Robert Lightfoot
- Born: 16 July 1963 (age 63) Coventry, England
- Nationality: British (English)

Career history
- 1979–1982: Stoke Potters
- 1980–1983: Leicester Lions

Individual honours
- 1981: British Junior Champion

= Robert Lightfoot (speedway rider) =

Robert James Lightfoot (often known as Rob Lightfoot, born 16 July 1963) is a British former grasstrack and motorcycle speedway rider.

== Biography ==
Born in Coventry, Lightfoot is the son of Jim Lightfoot, who also had a career in speedway, riding for Coventry Bees and Long Eaton Archers. He initially excelled as a junior grasstrack rider, winning several tournaments including the Welsh Open Championship (1979–1980), the Sportac Spectacular (1978), and the Worcester and Cotswold Club Championship (1979).

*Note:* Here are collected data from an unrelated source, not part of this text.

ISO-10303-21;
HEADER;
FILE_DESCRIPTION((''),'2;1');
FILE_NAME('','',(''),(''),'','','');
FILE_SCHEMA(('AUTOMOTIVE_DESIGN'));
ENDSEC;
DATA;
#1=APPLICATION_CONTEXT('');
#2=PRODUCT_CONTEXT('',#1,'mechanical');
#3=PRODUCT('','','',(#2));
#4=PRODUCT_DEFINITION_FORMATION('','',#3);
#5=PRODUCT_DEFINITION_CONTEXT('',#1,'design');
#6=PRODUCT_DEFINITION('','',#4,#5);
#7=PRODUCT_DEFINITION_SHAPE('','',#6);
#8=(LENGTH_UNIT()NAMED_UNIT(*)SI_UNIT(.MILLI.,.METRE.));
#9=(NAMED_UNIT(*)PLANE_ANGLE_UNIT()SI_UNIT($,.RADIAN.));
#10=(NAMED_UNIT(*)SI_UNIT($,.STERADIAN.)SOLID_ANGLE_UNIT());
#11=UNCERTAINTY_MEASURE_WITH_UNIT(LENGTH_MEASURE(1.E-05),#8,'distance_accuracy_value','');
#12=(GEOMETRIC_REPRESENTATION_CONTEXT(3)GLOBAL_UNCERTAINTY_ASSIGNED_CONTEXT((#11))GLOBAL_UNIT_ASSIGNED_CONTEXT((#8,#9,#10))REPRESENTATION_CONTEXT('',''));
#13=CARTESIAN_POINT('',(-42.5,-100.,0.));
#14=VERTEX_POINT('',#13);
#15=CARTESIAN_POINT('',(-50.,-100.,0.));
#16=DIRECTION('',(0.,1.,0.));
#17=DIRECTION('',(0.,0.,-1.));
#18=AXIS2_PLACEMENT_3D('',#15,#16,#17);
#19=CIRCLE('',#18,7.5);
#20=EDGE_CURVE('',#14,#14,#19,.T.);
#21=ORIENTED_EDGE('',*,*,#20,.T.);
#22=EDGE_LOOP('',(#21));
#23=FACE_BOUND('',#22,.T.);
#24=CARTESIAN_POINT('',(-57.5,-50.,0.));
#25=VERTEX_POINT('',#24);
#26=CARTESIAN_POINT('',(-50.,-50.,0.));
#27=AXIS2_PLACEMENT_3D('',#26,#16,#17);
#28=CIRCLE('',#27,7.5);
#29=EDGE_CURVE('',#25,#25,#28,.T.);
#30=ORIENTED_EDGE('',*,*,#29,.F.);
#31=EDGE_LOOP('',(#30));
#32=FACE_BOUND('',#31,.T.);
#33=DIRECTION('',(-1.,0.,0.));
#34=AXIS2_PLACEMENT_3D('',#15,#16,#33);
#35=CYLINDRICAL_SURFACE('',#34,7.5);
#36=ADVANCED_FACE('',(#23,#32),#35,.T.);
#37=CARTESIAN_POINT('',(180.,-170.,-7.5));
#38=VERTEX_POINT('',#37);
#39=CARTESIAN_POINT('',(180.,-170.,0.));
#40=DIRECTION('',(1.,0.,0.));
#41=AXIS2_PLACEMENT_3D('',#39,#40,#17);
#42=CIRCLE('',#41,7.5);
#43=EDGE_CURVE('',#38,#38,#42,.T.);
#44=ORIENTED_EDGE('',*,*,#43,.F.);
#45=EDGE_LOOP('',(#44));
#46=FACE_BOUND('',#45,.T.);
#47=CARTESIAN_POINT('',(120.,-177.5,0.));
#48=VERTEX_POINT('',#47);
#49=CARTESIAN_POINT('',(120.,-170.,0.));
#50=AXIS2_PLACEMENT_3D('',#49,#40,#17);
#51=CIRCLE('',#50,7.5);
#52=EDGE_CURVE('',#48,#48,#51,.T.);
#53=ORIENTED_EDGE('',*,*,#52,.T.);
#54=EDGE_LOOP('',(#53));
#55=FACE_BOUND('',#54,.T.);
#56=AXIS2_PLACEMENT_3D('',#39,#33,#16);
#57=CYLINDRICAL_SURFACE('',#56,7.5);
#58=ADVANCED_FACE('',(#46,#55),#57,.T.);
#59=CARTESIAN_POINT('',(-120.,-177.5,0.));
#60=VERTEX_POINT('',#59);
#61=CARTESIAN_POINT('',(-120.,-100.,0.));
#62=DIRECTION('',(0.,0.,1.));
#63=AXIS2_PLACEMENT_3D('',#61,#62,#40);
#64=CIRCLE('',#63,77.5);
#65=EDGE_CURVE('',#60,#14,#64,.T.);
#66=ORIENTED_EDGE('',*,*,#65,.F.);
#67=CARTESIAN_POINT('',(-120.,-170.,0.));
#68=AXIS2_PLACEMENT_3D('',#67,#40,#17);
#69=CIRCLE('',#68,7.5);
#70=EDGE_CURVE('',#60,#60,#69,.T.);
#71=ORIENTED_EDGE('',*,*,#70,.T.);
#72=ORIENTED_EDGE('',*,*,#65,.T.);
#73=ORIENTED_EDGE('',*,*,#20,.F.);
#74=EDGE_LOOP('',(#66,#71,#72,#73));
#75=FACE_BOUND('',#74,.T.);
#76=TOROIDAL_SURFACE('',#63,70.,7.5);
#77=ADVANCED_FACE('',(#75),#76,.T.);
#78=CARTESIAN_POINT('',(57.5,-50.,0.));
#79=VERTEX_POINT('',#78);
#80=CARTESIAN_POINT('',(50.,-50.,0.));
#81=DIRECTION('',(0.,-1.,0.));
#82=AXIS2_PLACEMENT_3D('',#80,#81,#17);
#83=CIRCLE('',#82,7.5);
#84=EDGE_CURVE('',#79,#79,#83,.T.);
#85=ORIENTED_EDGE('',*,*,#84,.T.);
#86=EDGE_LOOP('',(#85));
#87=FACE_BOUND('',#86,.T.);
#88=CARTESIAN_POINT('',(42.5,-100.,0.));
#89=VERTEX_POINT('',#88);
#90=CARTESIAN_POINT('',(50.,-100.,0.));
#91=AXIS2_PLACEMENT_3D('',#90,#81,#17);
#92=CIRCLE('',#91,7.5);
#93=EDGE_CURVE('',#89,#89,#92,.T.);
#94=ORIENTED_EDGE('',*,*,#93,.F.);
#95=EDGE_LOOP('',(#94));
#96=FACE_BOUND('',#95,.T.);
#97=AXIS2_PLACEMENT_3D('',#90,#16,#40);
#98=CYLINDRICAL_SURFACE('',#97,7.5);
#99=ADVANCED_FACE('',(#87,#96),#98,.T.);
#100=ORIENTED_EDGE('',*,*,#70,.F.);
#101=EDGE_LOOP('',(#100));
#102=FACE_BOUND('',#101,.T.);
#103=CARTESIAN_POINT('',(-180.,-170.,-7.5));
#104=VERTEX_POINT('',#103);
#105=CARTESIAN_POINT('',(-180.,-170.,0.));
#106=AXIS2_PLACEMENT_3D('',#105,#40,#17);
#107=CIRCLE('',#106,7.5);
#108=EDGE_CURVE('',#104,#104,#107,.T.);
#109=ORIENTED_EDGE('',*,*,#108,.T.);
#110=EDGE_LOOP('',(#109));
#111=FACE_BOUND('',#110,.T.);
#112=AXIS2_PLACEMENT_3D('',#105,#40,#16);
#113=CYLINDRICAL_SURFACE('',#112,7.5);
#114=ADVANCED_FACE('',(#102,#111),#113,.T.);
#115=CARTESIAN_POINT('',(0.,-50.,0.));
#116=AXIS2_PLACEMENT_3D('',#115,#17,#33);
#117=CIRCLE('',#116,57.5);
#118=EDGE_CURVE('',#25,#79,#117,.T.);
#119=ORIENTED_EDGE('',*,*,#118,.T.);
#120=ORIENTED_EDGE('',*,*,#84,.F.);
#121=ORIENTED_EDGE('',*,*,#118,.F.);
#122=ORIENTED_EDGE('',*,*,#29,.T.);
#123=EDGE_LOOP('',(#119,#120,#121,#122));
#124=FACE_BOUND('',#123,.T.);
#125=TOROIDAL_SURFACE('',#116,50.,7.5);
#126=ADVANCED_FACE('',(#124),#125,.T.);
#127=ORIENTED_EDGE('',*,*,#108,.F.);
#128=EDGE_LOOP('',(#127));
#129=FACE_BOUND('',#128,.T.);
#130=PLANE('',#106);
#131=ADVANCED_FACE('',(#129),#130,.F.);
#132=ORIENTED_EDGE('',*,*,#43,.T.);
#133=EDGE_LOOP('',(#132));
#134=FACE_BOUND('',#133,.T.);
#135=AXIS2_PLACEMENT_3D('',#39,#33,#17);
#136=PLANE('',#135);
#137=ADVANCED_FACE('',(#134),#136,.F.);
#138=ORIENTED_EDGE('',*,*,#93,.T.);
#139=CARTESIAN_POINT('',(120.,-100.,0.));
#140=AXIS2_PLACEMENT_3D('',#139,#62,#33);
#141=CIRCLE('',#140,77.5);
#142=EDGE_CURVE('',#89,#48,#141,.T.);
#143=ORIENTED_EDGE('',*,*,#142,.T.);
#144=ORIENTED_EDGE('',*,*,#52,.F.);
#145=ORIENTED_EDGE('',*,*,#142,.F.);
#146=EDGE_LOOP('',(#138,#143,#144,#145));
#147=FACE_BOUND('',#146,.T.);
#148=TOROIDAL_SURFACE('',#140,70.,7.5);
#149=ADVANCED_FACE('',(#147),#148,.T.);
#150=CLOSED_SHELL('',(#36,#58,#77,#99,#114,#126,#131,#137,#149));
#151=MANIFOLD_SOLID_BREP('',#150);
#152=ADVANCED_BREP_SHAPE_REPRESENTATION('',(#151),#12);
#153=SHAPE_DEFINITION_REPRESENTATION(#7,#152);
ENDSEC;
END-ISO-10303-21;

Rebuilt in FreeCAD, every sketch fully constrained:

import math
import FreeCAD as App
import Part
import Sketcher
Q = App.Units.Quantity

doc = App.newDocument("Part")
body = doc.addObject("PartDesign::Body", "Body")

sketch1 = body.newObject("Sketcher::SketchObject", "Sketch")
sketch1.AttachmentSupport = (doc.getObject("YZ_Plane"), [""])
sketch1.MapMode = "FlatFace"
sketch1.addGeometry(Part.Circle(App.Vector(0, 0, 0), App.Vector(0, 0, 1), 8), False)
sketch1.addConstraint([
    Sketcher.Constraint("Coincident", 0, 3, -1, 1),
    Sketcher.Constraint("Diameter", 0, Q("15 mm")),
])

sketch2 = body.newObject("Sketcher::SketchObject", "Sketch001")
sketch2.AttachmentSupport = (doc.getObject("XY_Plane"), [""])
sketch2.MapMode = "FlatFace"
sketch2.addGeometry([
    Part.LineSegment(App.Vector(-180, -170, 0), App.Vector(-120, -170, 0)),
    Part.ArcOfCircle(Part.Circle(App.Vector(-120, -100, 0), App.Vector(0, 0, 1), 70), math.radians(-90), math.radians(0)),
    Part.LineSegment(App.Vector(-50, -100, 0), App.Vector(-50, -50, 0)),
    Part.ArcOfCircle(Part.Circle(App.Vector(0, -50, 0), App.Vector(0, 0, 1), 50), math.radians(90), math.radians(180)),
], False)
sketch2.addConstraint([
    Sketcher.Constraint("Tangent", 0, 2, 1, 1),
    Sketcher.Constraint("Tangent", 1, 2, 2, 1),
    Sketcher.Constraint("Tangent", 2, 2, 3, 2),
    Sketcher.Constraint("Horizontal", 0),
    Sketcher.Constraint("Vertical", 2),
    Sketcher.Constraint("Coincident", 3, 1, -1, 1),
    Sketcher.Constraint("PointOnObject", 3, 3, -2),
    Sketcher.Constraint("Radius", 1, Q("70 mm")),
    Sketcher.Constraint("Radius", 3, Q("50 mm")),
    Sketcher.Constraint("DistanceX", 0, 1, 0, 2, Q("60 mm")),
    Sketcher.Constraint("DistanceY", 2, 1, 2, 2, Q("50 mm")),
])
doc.recompute()

additivepipe = body.newObject("PartDesign::AdditivePipe", "AdditivePipe")
additivepipe.Profile = sketch1
additivepipe.Spine = (sketch2, ["Edge1", "Edge2", "Edge3", "Edge4"])
doc.recompute()

mirrored = body.newObject("PartDesign::Mirrored", "Mirrored")
mirrored.Originals = [additivepipe]
mirrored.MirrorPlane = (doc.getObject("YZ_Plane"), [""])
body.Tip = mirrored

doc.recompute()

Lightfoot began his speedway career in 1979, making his debut for Stoke Potters later that year. In 1980 he signed for Leicester Lions, riding in two inter-league cup matches, and was loaned back to Stoke, for whom he rode in 20 National League matches that year, averaging 3.39. He also rode in Leicester's junior team in the Anglia Junior League, and won the Anglia Junior League Riders' Championship in 1980. In 1981 he won the British Junior Championship at Canterbury, the 1981 'Pride of the Potteries', and averaged over 6.5 for Stoke on the National League.

Lightfoot's career was interrupted in 1982 by a crash in which he broke his neck. On his return in 1983, he rode in second-half races at Leicester, and made a handful of senior appearances for the Lions, but a string of crashes took their toll and he retired at the end of the 1983 season.